## Brief
Please give back only the lines below from the one containing "#238=CARTESIAN_POINT('',(4.25,20.9945,0.));" to the one containing "#268=LINE('',#58,#169);", each repeated word for word, both ends included.

## Available data
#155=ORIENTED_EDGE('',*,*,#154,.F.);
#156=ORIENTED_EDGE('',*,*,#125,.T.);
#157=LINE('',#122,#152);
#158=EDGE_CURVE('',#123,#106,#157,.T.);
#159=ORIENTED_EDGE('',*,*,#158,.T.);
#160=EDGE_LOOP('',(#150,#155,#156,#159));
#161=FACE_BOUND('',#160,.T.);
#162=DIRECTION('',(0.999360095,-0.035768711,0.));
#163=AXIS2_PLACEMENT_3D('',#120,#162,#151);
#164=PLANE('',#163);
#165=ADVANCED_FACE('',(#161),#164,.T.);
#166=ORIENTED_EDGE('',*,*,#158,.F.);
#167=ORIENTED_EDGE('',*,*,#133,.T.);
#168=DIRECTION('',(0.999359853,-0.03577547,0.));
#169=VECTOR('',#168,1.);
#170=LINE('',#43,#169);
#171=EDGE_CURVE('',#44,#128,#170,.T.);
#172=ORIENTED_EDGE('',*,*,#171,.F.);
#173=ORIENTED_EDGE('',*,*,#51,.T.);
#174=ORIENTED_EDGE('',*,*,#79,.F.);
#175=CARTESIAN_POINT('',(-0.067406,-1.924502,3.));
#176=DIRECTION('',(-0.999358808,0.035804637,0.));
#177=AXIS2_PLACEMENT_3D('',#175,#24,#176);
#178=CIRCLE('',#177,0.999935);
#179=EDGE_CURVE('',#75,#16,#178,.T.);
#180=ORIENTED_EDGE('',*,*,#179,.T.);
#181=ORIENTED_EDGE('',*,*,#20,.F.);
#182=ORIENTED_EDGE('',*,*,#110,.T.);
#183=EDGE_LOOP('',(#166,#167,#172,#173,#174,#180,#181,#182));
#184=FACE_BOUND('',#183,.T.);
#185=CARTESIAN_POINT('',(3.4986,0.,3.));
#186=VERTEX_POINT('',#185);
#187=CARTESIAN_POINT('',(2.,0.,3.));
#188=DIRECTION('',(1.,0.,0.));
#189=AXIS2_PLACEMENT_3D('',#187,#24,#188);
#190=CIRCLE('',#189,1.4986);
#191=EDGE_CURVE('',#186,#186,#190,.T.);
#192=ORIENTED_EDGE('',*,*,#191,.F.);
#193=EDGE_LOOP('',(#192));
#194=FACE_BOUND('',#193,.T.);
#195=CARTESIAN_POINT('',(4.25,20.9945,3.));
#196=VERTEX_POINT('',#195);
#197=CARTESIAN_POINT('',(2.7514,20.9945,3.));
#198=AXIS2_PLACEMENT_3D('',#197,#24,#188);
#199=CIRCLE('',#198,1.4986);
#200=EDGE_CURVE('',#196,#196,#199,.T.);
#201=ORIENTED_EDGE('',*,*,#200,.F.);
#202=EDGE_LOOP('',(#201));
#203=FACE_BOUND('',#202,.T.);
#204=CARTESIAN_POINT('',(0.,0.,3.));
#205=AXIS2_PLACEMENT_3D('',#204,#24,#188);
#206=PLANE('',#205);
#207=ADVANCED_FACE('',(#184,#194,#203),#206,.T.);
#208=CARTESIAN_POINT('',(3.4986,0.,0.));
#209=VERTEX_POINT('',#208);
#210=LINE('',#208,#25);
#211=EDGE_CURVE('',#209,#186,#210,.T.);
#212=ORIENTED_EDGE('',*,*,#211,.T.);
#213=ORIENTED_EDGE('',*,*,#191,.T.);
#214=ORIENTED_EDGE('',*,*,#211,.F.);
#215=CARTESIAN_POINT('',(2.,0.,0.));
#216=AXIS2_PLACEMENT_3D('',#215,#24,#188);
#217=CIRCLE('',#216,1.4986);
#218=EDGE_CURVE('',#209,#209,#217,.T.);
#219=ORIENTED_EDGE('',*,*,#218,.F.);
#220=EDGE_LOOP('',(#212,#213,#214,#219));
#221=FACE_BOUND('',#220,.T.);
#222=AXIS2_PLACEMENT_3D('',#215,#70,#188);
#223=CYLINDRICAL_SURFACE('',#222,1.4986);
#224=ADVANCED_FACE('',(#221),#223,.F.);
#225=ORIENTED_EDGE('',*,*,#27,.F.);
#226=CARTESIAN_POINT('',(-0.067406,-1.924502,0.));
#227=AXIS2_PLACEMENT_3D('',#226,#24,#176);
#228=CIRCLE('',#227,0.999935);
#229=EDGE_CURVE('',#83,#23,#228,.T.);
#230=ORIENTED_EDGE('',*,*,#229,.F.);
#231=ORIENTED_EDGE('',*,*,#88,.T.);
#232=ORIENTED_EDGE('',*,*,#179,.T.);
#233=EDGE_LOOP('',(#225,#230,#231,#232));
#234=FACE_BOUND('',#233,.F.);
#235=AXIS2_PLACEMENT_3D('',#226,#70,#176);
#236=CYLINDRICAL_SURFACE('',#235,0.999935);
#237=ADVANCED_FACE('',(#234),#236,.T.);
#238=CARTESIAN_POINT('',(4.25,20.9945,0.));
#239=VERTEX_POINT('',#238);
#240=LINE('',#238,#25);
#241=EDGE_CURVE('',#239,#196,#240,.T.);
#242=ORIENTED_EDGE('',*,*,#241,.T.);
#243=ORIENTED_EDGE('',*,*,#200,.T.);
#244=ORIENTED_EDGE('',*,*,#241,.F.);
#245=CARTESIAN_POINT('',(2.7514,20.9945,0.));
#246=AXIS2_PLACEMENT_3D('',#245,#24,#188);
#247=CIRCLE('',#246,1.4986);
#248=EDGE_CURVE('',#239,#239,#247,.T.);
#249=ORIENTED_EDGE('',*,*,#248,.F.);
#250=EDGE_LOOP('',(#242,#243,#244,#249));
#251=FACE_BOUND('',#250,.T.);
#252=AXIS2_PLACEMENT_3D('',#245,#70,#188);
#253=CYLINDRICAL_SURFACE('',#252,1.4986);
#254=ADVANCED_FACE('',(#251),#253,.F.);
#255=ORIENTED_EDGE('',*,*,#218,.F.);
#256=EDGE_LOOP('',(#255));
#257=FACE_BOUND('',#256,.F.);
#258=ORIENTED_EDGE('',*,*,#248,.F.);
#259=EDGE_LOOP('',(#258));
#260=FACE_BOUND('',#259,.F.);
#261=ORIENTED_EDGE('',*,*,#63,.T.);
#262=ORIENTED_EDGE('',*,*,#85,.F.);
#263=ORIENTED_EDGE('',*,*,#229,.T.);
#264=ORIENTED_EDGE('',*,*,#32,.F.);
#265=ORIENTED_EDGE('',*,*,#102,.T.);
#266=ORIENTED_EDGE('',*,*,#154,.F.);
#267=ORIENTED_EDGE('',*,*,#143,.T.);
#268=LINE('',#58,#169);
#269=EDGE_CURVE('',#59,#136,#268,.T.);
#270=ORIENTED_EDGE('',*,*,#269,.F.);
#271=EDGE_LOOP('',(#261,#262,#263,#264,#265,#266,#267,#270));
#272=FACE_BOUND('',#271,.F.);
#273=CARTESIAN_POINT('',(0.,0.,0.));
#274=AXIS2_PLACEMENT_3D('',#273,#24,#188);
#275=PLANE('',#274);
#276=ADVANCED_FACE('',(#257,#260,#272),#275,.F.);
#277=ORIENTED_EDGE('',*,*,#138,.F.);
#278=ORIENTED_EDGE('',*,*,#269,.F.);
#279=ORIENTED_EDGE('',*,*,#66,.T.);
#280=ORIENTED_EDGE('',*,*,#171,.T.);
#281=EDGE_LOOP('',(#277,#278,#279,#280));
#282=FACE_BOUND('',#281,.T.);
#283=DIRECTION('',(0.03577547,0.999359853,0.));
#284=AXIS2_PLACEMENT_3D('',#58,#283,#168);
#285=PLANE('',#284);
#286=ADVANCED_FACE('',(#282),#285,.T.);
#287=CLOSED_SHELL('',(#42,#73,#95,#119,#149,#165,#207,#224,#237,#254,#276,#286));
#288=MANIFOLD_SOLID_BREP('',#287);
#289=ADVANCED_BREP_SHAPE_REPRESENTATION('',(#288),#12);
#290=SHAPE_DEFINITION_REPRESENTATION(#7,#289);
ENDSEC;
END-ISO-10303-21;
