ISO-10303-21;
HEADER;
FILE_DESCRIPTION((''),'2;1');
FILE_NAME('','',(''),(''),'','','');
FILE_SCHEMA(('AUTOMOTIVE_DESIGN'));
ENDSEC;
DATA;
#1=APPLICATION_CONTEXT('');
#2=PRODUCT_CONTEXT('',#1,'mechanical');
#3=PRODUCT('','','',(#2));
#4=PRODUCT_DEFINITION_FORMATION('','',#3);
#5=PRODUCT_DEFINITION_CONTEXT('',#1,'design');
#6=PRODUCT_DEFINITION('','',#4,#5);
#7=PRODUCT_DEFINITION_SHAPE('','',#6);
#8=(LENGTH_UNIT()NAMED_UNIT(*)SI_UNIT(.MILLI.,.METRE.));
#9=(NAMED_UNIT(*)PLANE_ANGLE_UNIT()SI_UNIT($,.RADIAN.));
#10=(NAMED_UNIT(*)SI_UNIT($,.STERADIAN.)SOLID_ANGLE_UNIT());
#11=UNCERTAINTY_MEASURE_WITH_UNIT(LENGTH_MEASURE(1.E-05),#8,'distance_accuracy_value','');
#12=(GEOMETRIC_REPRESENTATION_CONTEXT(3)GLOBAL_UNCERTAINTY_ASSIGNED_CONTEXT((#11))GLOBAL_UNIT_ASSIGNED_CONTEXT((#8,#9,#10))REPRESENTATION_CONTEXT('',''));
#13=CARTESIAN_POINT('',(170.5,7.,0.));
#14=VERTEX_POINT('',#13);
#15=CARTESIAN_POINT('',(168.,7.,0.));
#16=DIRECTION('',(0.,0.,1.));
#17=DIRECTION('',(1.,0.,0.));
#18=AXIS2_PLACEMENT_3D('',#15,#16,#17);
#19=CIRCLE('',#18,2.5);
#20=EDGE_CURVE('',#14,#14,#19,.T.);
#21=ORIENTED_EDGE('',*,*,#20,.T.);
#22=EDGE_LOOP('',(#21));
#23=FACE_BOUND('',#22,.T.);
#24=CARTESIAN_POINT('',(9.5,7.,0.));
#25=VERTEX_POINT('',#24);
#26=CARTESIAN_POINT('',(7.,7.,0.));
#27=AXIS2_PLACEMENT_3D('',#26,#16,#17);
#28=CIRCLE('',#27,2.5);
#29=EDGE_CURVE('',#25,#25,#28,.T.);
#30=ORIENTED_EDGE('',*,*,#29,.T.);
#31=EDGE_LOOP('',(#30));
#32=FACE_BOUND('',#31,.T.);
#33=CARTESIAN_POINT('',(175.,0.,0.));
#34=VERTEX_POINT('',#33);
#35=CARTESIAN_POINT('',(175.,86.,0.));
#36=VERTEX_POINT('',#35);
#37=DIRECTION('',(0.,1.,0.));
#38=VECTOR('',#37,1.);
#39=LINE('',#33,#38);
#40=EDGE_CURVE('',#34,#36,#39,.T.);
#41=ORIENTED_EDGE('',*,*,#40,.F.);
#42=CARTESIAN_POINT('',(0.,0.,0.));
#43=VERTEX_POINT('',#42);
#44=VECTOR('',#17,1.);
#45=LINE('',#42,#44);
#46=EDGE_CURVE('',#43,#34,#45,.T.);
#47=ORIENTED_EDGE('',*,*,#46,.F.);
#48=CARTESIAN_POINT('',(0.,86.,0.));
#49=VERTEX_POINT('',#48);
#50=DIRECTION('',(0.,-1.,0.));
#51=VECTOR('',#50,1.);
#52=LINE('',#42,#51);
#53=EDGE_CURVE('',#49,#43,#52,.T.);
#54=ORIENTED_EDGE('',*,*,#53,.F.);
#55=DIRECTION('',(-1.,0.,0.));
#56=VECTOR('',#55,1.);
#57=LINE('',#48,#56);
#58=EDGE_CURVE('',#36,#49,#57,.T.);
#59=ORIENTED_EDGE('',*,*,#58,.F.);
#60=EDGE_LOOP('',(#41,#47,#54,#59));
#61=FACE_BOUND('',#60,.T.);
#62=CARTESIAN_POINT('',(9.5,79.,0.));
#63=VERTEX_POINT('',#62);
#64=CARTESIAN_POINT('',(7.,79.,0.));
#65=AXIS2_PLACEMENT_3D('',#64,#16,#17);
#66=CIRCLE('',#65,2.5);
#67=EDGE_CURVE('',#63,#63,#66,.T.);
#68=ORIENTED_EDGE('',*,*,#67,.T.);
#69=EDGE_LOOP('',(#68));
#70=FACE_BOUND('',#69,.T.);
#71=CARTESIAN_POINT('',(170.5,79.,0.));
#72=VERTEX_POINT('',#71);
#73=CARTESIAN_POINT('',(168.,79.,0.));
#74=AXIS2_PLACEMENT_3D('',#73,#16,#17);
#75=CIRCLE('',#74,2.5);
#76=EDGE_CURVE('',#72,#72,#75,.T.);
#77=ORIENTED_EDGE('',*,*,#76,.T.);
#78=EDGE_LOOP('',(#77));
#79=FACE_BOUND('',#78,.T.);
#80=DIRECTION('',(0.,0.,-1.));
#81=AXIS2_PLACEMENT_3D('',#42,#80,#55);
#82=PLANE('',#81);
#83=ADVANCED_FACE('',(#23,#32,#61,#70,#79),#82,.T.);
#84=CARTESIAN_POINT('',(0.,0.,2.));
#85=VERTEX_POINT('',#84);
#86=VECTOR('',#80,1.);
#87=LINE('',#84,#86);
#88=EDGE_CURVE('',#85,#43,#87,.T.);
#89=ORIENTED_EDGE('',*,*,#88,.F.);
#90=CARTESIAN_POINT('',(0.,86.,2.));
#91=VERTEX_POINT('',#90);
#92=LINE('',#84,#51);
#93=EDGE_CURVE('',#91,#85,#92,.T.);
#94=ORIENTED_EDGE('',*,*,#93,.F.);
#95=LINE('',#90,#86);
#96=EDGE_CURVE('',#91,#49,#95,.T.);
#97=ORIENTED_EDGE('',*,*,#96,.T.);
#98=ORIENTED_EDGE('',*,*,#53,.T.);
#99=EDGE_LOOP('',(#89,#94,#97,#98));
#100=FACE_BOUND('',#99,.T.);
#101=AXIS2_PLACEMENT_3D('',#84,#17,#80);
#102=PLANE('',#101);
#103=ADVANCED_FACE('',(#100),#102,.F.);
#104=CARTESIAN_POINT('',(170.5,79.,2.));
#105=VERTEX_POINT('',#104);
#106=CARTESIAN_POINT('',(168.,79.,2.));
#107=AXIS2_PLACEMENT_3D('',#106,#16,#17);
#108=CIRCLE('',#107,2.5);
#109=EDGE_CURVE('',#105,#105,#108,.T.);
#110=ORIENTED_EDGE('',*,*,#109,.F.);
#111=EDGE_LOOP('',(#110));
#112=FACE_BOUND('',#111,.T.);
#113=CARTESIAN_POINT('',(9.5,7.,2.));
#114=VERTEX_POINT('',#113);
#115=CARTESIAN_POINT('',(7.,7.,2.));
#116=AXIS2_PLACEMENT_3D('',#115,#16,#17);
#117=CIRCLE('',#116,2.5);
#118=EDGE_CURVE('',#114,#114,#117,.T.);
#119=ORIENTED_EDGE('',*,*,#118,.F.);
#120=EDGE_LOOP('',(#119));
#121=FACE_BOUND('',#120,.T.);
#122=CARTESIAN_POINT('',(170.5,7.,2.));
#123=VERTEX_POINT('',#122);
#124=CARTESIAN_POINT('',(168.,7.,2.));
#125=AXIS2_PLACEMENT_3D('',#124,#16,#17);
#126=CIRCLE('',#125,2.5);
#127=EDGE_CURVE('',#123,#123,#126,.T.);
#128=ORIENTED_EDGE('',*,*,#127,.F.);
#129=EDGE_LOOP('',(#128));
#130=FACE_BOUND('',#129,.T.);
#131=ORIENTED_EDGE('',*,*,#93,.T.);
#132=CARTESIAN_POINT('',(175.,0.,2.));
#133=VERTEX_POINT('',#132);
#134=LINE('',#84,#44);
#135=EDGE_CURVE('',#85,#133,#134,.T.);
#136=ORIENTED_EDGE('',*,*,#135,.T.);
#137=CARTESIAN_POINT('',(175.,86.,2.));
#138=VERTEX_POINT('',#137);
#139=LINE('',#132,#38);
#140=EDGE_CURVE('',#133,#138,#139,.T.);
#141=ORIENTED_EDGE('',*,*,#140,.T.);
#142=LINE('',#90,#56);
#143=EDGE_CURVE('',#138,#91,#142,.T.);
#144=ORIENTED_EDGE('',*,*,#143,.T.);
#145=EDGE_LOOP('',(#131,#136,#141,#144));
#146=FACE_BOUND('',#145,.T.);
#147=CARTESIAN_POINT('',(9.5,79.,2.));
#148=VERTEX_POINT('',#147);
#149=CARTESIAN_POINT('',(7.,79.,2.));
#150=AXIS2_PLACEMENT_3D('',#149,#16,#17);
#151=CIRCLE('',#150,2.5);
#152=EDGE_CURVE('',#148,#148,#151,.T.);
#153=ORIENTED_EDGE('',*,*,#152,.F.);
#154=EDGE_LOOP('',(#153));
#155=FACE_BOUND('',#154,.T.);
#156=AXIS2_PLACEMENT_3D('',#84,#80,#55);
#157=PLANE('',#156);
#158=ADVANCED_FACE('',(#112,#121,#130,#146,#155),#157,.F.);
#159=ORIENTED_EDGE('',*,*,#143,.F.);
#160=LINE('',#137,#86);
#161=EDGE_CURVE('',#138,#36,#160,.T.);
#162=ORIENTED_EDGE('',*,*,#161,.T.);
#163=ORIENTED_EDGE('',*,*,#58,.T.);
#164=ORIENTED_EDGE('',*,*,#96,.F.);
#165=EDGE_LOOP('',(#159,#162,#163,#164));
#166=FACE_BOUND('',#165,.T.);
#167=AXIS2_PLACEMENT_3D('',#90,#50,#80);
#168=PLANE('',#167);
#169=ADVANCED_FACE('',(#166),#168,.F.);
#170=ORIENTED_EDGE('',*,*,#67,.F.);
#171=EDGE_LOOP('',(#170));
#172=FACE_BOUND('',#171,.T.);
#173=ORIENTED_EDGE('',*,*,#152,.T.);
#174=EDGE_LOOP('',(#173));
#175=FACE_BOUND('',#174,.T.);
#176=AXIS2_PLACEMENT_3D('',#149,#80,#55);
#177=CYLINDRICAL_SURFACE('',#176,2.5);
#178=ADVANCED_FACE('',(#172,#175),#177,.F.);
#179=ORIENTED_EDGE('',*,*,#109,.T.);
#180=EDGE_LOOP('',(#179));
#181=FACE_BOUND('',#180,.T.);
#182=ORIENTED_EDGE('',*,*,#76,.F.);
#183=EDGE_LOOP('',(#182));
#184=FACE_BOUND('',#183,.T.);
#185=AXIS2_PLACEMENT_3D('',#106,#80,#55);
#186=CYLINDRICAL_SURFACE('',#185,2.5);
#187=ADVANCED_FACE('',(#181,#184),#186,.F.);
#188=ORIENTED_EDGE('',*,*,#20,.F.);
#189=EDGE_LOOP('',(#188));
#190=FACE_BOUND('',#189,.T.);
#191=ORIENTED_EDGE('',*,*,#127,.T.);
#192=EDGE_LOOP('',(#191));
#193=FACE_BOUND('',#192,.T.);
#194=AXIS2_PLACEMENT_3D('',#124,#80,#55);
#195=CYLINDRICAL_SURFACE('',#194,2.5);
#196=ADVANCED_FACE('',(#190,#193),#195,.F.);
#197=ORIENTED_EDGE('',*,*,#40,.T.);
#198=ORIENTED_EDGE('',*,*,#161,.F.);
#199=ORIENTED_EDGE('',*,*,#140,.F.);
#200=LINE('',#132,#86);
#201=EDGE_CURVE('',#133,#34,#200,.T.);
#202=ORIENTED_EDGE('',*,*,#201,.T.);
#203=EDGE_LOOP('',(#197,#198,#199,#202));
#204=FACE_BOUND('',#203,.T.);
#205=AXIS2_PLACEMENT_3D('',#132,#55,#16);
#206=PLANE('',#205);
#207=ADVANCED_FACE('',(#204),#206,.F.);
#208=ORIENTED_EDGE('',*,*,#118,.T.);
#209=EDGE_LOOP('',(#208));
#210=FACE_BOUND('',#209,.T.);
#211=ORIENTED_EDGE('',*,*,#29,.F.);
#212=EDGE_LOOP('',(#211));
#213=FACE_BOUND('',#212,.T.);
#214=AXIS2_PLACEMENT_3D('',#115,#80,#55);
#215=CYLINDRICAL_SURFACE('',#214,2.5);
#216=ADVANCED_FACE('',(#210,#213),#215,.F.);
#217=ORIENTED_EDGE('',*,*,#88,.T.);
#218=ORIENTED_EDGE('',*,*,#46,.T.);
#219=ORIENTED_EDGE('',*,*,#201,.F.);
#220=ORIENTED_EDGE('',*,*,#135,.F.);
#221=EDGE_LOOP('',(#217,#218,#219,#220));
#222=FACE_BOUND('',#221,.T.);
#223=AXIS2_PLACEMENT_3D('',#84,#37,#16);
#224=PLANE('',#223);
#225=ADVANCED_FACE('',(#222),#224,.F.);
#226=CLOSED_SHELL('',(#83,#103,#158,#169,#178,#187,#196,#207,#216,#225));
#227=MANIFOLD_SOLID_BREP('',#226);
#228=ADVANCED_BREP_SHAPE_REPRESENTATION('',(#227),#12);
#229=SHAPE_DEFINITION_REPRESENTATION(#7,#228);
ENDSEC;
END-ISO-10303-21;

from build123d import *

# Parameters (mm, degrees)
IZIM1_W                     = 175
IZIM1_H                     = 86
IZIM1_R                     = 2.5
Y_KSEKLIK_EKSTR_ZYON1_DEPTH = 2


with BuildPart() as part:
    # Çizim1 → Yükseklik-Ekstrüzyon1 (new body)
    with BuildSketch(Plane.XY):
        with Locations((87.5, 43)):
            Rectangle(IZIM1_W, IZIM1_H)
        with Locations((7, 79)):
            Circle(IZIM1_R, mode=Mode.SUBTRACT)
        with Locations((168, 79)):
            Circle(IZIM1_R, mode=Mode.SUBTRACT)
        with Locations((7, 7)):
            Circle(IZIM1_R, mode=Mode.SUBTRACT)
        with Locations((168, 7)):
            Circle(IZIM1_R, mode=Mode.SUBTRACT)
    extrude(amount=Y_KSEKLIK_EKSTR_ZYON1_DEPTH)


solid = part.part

...

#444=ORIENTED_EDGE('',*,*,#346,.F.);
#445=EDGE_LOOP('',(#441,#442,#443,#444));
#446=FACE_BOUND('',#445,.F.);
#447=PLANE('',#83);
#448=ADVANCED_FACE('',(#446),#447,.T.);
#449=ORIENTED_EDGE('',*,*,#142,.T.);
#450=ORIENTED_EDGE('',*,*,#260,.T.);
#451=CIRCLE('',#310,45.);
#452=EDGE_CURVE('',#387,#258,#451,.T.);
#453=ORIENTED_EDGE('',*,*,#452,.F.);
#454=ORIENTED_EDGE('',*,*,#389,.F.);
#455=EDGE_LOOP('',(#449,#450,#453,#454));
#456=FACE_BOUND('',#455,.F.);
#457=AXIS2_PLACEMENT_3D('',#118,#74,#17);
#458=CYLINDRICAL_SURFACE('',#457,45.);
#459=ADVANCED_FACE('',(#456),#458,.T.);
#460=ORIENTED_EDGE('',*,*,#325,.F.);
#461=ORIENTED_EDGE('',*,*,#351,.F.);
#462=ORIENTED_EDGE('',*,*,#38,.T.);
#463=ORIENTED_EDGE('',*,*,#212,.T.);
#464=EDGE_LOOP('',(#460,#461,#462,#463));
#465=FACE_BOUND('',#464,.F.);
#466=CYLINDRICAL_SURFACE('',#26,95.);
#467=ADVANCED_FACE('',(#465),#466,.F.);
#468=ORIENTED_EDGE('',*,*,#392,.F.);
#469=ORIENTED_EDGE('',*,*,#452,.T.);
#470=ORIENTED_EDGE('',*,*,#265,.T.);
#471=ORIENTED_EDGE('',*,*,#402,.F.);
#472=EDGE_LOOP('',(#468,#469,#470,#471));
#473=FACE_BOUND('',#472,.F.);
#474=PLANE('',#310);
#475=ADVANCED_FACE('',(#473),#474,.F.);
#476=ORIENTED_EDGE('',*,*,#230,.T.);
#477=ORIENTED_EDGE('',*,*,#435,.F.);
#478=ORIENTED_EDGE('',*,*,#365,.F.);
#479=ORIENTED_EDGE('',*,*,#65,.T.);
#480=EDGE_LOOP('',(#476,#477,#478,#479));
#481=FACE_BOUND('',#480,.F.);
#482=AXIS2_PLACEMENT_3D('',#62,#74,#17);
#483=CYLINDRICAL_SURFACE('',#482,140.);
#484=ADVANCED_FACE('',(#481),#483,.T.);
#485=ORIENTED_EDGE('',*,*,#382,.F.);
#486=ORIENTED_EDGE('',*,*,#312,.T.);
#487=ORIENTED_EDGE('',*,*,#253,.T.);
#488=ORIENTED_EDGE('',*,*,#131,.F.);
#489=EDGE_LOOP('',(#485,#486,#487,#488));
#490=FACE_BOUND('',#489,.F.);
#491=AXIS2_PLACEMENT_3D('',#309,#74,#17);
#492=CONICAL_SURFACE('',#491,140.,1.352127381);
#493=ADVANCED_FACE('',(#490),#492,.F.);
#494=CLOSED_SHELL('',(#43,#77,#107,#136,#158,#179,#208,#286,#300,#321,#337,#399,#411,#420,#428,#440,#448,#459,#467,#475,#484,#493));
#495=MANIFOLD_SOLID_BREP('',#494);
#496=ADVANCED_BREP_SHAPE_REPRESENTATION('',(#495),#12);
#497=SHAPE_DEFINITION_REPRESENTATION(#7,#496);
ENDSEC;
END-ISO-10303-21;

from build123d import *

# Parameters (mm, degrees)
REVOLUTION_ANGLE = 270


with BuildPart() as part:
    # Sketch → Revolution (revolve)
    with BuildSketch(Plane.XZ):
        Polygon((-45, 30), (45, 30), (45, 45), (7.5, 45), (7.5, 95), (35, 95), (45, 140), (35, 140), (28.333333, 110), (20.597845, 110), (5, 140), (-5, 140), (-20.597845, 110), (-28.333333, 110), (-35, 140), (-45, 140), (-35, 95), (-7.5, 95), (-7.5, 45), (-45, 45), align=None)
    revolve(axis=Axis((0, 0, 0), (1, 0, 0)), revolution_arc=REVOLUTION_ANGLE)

## Task response
#238=CARTESIAN_POINT('',(4.25,20.9945,0.));
#239=VERTEX_POINT('',#238);
#240=LINE('',#238,#25);
#241=EDGE_CURVE('',#239,#196,#240,.T.);
#242=ORIENTED_EDGE('',*,*,#241,.T.);
#243=ORIENTED_EDGE('',*,*,#200,.T.);
#244=ORIENTED_EDGE('',*,*,#241,.F.);
#245=CARTESIAN_POINT('',(2.7514,20.9945,0.));
#246=AXIS2_PLACEMENT_3D('',#245,#24,#188);
#247=CIRCLE('',#246,1.4986);
#248=EDGE_CURVE('',#239,#239,#247,.T.);
#249=ORIENTED_EDGE('',*,*,#248,.F.);
#250=EDGE_LOOP('',(#242,#243,#244,#249));
#251=FACE_BOUND('',#250,.T.);
#252=AXIS2_PLACEMENT_3D('',#245,#70,#188);
#253=CYLINDRICAL_SURFACE('',#252,1.4986);
#254=ADVANCED_FACE('',(#251),#253,.F.);
#255=ORIENTED_EDGE('',*,*,#218,.F.);
#256=EDGE_LOOP('',(#255));
#257=FACE_BOUND('',#256,.F.);
#258=ORIENTED_EDGE('',*,*,#248,.F.);
#259=EDGE_LOOP('',(#258));
#260=FACE_BOUND('',#259,.F.);
#261=ORIENTED_EDGE('',*,*,#63,.T.);
#262=ORIENTED_EDGE('',*,*,#85,.F.);
#263=ORIENTED_EDGE('',*,*,#229,.T.);
#264=ORIENTED_EDGE('',*,*,#32,.F.);
#265=ORIENTED_EDGE('',*,*,#102,.T.);
#266=ORIENTED_EDGE('',*,*,#154,.F.);
#267=ORIENTED_EDGE('',*,*,#143,.T.);
#268=LINE('',#58,#169);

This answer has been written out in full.